Vortioxetine as oral and IV formulations showed overall good safety and tolerability profiles. The differential patterns of TEAEs of nausea in the respective treatment groups appeared to reflect vortioxetine exposure, with indications of earlier onset and shorter duration of nausea with IV vortioxetine compared to IV placebo; however, it should be kept in mind that these descriptions were based on a small number of patients reporting nausea (n = 22). Overall, TEAEs of nausea observed in this study align with general results for the program, showing that vortioxetine-induced nausea is transient (Baldwin ; Vieta ). Moreover, the indication of exposure-dependent onset and duration might support nausea following IV vortioxetine as centrally mediated, since peripheral mediation via the gastro-intestinal system would require longer time to onset. This is consistent with the mechanism of action and tolerability profile already described for the oral formulation (Salagre ; Baldwin ).

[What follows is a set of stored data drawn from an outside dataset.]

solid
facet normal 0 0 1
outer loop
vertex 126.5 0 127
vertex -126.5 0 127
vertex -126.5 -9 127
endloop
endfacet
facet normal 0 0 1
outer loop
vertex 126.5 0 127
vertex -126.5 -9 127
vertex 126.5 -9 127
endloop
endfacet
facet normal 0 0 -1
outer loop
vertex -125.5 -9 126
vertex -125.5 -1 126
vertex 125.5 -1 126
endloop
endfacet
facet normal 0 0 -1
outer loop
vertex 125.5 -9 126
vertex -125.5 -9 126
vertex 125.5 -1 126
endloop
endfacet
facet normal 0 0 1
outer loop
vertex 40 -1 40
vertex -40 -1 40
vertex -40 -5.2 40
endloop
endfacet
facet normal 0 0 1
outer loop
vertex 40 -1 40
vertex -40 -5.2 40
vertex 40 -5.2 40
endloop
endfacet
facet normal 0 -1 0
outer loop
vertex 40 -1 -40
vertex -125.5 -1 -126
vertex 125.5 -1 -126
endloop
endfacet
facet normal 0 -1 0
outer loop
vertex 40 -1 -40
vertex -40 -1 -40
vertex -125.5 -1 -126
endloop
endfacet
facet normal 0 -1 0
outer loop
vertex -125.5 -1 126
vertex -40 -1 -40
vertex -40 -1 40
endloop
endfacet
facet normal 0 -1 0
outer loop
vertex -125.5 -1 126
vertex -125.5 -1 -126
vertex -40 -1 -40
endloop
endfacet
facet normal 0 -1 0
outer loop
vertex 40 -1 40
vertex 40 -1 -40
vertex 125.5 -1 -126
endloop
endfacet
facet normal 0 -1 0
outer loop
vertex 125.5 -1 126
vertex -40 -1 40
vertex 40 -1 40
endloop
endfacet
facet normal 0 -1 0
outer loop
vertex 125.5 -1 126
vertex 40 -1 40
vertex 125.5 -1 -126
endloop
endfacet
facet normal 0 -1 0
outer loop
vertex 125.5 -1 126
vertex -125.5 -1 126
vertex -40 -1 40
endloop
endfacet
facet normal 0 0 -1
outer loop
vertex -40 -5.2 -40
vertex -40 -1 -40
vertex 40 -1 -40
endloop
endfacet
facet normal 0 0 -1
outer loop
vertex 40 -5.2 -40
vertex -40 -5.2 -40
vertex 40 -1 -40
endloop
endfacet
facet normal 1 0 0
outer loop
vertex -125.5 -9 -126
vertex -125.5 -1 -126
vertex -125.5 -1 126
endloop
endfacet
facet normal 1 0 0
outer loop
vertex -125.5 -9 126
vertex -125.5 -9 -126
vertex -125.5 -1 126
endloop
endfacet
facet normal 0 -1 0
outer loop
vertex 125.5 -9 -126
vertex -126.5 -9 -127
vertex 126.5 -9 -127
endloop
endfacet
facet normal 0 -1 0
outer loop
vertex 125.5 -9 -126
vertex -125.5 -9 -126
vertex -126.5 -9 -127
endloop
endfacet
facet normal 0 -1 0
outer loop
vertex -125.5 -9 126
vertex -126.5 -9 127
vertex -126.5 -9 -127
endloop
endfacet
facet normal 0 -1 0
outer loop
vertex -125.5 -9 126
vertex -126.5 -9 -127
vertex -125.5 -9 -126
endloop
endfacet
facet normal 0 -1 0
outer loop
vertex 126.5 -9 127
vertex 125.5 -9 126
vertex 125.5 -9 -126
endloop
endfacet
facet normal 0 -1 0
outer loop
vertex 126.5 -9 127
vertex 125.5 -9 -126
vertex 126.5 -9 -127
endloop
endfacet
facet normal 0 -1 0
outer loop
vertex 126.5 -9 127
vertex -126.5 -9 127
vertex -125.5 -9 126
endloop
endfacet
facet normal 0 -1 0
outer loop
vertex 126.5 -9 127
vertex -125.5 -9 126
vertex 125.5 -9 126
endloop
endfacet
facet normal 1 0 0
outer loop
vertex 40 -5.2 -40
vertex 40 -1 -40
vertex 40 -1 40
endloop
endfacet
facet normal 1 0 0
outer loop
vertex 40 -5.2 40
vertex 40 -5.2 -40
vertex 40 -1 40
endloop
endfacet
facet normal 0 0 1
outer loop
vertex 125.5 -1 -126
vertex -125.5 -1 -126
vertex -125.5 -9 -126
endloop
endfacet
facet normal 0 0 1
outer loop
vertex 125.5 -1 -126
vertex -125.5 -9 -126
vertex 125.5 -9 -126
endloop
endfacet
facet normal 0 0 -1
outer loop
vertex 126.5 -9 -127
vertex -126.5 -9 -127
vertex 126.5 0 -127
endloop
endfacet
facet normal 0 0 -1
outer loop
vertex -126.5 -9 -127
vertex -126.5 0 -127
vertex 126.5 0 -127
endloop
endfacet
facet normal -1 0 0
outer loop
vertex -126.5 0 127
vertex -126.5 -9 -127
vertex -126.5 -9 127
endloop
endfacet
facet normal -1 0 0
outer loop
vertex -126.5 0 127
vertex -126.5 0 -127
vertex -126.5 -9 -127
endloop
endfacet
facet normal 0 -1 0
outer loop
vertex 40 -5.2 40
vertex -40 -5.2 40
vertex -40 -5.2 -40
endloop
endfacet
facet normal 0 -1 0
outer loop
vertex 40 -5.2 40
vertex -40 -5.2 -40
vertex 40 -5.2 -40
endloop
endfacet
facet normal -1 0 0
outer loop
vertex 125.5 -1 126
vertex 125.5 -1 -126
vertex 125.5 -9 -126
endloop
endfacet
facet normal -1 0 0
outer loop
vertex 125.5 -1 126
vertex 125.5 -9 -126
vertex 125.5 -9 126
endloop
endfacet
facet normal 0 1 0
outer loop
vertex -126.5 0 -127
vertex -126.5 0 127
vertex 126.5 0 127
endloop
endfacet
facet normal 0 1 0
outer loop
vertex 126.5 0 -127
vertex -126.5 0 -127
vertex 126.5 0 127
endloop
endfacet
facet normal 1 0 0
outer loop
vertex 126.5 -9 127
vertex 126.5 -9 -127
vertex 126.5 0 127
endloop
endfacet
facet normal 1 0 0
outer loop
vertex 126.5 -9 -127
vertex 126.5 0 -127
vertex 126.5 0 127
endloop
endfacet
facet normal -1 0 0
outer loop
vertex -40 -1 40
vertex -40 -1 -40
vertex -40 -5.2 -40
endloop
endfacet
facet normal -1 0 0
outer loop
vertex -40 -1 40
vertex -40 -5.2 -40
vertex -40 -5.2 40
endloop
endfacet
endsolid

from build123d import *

# Parameters (mm, degrees)
F0_W     = 253
F0_H     = 254
F1_DEPTH = 1
F2_W     = 253
F2_H     = 254
F2_W_2   = 251
F2_H_2   = 252
F3_DEPTH = 8
F4_W     = 80
F4_H     = 80
F5_DEPTH = 4.2


with BuildPart() as f1:
    # F0 (on Front) → F1 (new body)
    with BuildSketch(Plane.XZ):
        Rectangle(F0_W, F0_H)
    extrude(amount=F1_DEPTH)

    # F2 (on face) → F3 (join)
    with BuildSketch(Plane.XZ.offset(1)):
        Rectangle(F2_W, F2_H)
        Rectangle(F2_W_2, F2_H_2, mode=Mode.SUBTRACT)
    extrude(amount=F3_DEPTH)

    # F4 (on face) → F5 (join)
    with BuildSketch(Plane.XZ.offset(1)):
        Rectangle(F4_W, F4_H)
    extrude(amount=F5_DEPTH)


solid = f1.part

Study limitations included the small sample size, and the absence of a placebo-only arm, for which reason it was not possible to quantify the response attributable to IV placebo alone. Finally, although PK results were as expected, the optimal therapeutic dose for this new formulation of vortioxetine was not well defined, and it might be considered if the IV dose of 17 mg used in this study was too low. Still, the findings from this study may inform future studies, which are warranted to further investigate the potential of vortioxetine to induce fast antidepressant relief, using other routes than per oral administration while aiming at minimizing placebo effects.

Conclusion

In this study, a single, initial dose of IV vortioxetine 17 mg added to oral vortioxetine 10 mg/day was not superior to IV placebo plus oral vortioxetine 10 mg/day in improving depressive symptoms as measured by MADRS total score at day 7. Substantial symptomatic improvements in both treatment groups were seen already within 24 hours after the IV doses, with numerical treatment differences at days 1 and 3 in favour of vortioxetine. PK data confirmed IV vortioxetine to result in steady-state blood concentration levels within 24 hours. Vortioxetine as oral and IV formulations was well-tolerated, with nausea as the most common TEAE.

Acknowledgements

We thank all participants in the study, as well as the investigators and sites involved in conducting the trial.

Medical writing support was provided by Hanne-Lise F. Eriksen, PhD, employee of H. Lundbeck A/S. This study was supported by H. Lundbeck A/S.

Conflicts of interest

E.V. has received grants and served as consultant, advisor or CME speaker for the following entities: AB-Biotics, Allergan, Angelini, AstraZeneca, Bristol-Myers Squibb, Farmindustria, Ferrer, Forest Research Institute, Gedeon Richter, Glaxo-Smith-Kline, Janssen, Lundbeck, Otsuka, Pfizer, Roche, SAGE, Sanofi-Aventis, Servier, Shire, Sunovion, Takeda, the Brain and Behaviour Foundation, the Spanish Ministry of Science and Innovation (CIBERSAM), the Seventh European Framework Programme (ENBREC), and the Stanley Medical Research Institute. I.F., S.N.S., J.A., and A.E. are employees of Lundbeck.